_Task goal_
Count the lines in the data below holding the string "fillet" and write the total by itself.

_Extracted records_
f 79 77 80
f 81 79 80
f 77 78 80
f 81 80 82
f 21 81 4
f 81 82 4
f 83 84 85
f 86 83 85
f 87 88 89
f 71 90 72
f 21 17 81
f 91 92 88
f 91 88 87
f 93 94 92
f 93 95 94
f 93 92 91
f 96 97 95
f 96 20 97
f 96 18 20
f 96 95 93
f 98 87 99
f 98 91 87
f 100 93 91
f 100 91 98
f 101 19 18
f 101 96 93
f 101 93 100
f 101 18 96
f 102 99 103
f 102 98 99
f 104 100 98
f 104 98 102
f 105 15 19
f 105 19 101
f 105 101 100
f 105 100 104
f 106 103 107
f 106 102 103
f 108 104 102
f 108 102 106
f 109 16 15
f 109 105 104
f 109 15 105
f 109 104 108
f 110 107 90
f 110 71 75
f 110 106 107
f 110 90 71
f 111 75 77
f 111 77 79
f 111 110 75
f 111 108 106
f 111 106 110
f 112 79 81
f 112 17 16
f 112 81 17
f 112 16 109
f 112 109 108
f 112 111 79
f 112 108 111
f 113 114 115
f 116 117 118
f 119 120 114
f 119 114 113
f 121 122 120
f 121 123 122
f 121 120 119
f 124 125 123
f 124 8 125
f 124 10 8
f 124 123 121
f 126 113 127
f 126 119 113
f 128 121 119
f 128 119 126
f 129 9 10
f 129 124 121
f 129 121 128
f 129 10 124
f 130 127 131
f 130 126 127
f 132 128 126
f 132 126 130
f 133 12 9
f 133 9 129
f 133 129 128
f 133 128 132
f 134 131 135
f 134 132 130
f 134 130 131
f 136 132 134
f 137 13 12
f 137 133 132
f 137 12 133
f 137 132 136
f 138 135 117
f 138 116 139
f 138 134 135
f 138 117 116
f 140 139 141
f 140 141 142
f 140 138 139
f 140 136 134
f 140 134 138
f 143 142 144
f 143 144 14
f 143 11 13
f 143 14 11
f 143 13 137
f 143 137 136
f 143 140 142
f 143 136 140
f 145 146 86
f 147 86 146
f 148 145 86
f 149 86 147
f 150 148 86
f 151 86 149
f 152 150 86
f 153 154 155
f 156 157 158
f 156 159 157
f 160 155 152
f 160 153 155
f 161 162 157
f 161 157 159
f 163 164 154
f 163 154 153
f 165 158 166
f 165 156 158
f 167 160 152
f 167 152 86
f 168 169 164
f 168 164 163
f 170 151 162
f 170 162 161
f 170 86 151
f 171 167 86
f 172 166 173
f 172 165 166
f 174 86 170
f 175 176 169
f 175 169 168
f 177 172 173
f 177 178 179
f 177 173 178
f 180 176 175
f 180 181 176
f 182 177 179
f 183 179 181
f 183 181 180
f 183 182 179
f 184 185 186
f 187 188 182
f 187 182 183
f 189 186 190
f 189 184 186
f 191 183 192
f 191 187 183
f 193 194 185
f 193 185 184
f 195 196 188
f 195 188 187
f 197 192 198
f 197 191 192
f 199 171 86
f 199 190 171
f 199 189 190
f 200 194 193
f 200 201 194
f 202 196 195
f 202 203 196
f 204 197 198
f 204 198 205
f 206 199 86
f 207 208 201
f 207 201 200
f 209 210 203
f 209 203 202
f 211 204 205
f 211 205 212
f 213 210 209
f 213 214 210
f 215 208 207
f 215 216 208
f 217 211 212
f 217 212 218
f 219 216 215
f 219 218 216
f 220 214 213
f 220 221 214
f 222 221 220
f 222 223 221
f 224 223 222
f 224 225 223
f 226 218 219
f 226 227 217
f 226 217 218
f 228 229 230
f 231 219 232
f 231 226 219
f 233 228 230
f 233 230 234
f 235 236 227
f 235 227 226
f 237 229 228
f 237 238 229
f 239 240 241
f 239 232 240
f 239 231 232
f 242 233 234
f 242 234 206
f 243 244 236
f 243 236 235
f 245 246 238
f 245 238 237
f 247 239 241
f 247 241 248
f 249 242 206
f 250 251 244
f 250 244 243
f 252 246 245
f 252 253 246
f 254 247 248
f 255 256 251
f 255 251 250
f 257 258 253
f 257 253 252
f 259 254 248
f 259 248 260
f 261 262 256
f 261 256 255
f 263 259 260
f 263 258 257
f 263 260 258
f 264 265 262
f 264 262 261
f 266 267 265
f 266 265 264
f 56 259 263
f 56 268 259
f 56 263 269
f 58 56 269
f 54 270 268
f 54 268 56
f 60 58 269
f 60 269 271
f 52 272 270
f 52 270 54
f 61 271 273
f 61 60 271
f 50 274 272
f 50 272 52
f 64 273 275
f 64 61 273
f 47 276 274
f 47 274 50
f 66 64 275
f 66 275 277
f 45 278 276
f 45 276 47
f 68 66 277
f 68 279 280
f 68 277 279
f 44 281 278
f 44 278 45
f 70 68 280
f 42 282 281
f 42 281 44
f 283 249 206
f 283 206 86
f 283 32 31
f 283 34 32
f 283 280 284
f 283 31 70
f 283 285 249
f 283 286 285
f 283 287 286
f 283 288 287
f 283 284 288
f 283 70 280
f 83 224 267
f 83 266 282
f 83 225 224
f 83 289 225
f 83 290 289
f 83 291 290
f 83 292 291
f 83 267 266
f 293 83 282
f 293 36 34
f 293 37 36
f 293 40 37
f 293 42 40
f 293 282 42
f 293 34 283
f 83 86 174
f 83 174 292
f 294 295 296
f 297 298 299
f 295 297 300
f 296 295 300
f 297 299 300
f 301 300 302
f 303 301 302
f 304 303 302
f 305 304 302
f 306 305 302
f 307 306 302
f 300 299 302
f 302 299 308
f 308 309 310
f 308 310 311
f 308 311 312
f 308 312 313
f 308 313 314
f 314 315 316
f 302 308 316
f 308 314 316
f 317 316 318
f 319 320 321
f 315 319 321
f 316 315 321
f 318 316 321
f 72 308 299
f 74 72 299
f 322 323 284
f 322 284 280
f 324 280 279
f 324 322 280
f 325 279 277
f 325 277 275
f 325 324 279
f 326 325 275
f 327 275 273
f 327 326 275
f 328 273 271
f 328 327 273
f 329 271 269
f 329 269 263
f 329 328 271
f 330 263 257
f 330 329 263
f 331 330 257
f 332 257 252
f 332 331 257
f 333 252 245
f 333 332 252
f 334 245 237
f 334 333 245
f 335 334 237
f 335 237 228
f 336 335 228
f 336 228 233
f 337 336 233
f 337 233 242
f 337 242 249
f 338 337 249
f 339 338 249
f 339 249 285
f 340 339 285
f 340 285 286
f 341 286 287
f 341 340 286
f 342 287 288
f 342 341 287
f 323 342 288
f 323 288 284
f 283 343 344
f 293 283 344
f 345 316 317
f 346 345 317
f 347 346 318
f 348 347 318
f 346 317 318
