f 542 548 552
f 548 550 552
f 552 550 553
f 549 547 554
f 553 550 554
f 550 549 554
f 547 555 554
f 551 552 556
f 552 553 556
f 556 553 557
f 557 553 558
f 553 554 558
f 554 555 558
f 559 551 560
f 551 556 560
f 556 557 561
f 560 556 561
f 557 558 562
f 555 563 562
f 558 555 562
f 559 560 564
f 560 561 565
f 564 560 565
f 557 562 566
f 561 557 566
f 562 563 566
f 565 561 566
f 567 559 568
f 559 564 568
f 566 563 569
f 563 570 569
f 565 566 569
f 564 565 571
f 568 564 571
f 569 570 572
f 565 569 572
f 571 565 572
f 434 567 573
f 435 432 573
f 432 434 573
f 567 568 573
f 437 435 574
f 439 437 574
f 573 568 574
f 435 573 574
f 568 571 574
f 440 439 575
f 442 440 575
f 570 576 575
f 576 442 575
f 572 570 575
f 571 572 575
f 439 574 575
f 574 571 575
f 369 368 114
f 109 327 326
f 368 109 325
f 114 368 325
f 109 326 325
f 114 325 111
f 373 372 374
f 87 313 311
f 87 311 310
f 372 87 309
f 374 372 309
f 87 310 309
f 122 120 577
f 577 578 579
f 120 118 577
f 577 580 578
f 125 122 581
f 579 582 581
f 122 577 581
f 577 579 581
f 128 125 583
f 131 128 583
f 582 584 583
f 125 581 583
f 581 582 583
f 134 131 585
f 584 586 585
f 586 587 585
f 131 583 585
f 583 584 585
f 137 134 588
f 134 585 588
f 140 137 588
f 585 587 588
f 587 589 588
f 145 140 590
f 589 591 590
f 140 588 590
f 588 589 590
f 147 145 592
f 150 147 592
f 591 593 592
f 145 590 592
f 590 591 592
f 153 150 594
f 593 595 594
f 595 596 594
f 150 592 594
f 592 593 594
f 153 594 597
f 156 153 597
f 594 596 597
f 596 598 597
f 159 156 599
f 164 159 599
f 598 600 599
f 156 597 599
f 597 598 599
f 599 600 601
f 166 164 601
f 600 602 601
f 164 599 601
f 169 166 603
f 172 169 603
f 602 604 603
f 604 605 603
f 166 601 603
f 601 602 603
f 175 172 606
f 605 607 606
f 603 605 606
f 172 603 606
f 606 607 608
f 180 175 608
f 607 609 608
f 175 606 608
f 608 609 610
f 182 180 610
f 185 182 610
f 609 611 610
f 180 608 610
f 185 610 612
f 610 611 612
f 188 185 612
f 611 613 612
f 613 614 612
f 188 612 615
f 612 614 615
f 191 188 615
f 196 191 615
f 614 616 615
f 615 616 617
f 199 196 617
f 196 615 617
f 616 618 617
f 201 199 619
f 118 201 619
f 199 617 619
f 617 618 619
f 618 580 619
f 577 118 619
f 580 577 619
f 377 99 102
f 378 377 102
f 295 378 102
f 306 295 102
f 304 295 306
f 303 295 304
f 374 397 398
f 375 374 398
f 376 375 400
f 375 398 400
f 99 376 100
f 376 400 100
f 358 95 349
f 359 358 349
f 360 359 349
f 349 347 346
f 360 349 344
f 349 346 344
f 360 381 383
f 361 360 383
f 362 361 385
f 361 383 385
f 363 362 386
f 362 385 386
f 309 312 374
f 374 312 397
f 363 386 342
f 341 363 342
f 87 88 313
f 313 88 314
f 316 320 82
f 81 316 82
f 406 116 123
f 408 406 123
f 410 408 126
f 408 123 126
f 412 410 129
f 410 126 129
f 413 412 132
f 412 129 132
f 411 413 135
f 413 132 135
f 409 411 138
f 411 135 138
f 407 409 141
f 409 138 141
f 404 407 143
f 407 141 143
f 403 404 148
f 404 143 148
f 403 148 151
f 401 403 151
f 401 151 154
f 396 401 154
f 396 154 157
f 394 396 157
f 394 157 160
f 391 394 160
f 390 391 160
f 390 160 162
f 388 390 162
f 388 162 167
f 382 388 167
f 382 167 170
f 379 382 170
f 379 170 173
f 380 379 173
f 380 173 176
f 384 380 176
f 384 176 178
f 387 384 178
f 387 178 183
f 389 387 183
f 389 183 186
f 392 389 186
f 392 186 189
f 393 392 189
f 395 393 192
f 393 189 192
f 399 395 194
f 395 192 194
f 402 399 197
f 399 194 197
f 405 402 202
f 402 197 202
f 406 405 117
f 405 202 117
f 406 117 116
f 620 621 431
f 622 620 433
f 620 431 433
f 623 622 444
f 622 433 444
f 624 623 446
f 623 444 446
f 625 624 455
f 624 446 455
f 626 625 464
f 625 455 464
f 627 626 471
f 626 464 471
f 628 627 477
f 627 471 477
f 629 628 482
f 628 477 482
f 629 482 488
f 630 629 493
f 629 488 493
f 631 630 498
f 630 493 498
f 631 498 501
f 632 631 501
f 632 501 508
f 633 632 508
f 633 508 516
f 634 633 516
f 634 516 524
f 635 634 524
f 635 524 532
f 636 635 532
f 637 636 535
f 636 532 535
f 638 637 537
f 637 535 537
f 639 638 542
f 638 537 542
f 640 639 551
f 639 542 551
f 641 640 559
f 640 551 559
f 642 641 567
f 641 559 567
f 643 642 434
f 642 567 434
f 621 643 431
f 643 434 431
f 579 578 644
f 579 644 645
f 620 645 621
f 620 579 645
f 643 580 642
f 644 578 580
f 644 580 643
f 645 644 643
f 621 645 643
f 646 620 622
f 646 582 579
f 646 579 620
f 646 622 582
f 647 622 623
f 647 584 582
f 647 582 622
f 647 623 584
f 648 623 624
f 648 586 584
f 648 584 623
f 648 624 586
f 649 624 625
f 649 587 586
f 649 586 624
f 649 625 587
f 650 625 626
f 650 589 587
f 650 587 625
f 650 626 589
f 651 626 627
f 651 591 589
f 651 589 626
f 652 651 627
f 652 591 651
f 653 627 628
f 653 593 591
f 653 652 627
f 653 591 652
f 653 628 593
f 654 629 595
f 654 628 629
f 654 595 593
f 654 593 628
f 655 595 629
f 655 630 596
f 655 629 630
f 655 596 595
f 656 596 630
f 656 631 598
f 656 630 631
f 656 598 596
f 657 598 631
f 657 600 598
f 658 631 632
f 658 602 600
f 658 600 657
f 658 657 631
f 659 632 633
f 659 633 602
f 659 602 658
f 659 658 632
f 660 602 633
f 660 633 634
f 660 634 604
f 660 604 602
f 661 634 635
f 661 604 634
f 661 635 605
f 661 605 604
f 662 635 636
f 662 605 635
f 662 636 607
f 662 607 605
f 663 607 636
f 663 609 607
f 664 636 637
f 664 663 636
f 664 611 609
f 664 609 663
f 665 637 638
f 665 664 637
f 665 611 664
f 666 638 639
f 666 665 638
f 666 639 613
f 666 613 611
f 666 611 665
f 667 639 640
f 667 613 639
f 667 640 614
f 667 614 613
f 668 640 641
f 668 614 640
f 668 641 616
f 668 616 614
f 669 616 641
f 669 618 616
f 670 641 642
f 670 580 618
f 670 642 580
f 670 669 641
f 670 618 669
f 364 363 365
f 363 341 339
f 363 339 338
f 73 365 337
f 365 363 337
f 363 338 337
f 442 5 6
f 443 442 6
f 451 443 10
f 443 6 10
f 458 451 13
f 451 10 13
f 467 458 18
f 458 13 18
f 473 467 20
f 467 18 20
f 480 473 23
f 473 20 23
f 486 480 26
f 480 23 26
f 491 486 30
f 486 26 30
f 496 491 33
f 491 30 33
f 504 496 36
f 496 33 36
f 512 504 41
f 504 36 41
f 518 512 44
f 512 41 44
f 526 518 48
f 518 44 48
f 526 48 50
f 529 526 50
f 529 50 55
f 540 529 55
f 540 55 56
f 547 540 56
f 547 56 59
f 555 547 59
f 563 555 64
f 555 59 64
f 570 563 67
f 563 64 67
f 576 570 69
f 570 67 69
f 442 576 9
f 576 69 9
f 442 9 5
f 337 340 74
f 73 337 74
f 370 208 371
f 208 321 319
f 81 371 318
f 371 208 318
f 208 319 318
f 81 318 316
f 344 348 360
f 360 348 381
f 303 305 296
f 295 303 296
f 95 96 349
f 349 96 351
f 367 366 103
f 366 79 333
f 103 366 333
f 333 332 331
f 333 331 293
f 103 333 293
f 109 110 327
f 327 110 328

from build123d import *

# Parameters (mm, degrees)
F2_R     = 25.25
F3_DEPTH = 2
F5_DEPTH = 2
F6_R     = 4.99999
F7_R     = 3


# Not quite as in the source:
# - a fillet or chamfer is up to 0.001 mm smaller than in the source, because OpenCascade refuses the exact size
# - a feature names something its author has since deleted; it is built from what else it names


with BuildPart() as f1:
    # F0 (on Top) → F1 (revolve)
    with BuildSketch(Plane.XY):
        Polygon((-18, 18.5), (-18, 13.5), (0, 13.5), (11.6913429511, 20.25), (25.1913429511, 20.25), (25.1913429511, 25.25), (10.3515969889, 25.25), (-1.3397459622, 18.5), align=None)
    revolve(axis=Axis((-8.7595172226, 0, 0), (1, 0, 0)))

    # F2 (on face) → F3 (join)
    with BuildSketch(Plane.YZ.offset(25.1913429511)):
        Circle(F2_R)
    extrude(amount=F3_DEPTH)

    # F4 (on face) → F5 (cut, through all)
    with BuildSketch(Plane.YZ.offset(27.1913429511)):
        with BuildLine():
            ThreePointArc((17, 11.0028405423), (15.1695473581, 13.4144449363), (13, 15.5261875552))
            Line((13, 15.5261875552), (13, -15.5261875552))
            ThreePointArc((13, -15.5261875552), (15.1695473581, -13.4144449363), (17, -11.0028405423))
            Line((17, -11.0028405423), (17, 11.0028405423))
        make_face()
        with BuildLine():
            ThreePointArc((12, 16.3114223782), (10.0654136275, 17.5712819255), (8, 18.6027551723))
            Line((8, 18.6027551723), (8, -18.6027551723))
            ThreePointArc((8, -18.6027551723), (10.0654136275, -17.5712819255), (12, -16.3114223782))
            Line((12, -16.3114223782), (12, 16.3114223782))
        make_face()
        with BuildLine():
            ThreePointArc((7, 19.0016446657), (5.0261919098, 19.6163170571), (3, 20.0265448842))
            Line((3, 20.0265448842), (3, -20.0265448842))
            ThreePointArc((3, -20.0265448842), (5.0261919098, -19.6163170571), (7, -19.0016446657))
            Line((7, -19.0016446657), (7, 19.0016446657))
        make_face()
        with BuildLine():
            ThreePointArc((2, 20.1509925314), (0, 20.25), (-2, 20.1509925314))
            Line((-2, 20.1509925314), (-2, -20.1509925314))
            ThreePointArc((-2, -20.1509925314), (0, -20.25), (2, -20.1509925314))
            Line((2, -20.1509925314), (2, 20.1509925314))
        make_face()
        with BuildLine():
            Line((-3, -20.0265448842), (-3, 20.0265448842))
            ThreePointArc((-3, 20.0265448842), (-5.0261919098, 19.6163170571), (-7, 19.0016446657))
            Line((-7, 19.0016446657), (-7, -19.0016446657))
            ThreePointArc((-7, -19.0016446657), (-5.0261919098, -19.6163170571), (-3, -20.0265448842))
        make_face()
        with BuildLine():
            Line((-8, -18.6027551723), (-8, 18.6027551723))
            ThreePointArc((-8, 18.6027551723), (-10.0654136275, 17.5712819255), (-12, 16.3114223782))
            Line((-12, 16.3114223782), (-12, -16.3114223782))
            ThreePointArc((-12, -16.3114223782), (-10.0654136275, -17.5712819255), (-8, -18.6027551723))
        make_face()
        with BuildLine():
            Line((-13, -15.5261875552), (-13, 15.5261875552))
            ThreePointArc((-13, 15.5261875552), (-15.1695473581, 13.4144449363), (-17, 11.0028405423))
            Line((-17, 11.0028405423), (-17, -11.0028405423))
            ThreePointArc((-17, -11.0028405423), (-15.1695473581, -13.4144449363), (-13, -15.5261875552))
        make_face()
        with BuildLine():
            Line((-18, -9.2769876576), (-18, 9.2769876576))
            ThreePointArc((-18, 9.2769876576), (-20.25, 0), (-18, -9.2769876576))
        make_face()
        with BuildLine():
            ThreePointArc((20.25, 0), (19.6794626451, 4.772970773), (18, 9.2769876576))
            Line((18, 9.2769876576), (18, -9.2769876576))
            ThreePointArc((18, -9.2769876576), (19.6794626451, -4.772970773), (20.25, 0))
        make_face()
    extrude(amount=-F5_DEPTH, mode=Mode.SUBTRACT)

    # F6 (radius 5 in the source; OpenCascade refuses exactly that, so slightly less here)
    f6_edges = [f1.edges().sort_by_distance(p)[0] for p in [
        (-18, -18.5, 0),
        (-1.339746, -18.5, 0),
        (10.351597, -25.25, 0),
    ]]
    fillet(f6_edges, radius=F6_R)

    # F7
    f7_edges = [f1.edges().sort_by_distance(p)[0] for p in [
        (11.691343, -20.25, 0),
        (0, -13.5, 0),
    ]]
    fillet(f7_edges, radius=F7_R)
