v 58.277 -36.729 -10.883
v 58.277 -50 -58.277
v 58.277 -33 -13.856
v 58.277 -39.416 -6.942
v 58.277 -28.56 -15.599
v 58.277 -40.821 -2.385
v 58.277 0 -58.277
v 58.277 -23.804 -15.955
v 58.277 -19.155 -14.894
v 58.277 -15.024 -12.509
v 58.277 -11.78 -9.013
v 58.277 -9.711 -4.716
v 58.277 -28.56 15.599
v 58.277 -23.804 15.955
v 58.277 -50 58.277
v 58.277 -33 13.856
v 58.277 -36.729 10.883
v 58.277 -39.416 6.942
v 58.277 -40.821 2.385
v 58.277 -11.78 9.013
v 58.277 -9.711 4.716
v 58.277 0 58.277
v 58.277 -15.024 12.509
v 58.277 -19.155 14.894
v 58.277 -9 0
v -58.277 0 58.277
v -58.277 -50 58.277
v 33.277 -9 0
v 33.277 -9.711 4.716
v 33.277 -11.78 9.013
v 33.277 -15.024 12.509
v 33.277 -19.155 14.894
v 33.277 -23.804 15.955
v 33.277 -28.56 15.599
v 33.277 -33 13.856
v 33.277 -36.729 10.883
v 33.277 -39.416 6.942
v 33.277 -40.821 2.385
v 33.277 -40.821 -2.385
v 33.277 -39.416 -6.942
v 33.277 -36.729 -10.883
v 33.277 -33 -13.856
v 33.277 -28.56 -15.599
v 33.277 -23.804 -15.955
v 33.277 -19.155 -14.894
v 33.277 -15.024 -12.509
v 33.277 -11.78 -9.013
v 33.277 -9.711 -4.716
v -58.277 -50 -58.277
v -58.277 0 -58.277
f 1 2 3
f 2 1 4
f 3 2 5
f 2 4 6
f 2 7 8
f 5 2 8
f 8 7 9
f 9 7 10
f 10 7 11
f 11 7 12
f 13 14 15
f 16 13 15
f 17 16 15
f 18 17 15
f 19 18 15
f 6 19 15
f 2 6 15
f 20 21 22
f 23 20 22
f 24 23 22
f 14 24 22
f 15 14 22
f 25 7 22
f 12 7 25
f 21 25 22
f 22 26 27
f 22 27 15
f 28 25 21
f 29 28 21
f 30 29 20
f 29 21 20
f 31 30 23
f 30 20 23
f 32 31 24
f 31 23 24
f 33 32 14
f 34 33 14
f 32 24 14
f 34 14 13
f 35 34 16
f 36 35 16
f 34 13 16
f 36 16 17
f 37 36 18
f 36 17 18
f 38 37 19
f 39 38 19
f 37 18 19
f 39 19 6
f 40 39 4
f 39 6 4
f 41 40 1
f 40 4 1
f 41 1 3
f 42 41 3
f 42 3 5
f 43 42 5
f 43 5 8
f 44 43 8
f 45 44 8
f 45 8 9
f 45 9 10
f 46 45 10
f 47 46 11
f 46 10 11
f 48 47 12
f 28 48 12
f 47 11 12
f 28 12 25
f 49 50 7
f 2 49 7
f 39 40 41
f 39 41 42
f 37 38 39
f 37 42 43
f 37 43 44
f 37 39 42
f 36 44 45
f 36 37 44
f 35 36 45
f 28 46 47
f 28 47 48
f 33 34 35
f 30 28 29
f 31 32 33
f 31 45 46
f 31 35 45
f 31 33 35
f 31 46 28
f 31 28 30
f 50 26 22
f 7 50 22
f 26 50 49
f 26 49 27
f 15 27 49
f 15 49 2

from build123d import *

# Parameters (mm, degrees)
F0_W     = 116.554148
F0_H     = 116.554148
F1_DEPTH = 50
F2_R     = 16
F3_DEPTH = 25


with BuildPart() as f1:
    # F0 (on Front) → F1 (new body)
    with BuildSketch(Plane.XZ):
        Rectangle(F0_W, F0_H)
    extrude(amount=F1_DEPTH)

    # F2 (on face) → F3 (cut)
    with BuildSketch(Plane.YZ.offset(58.277074)):
        with Locations((-25, 0)):
            Circle(F2_R)
    extrude(amount=-F3_DEPTH, mode=Mode.SUBTRACT)


solid = f1.part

_Worked solution_
3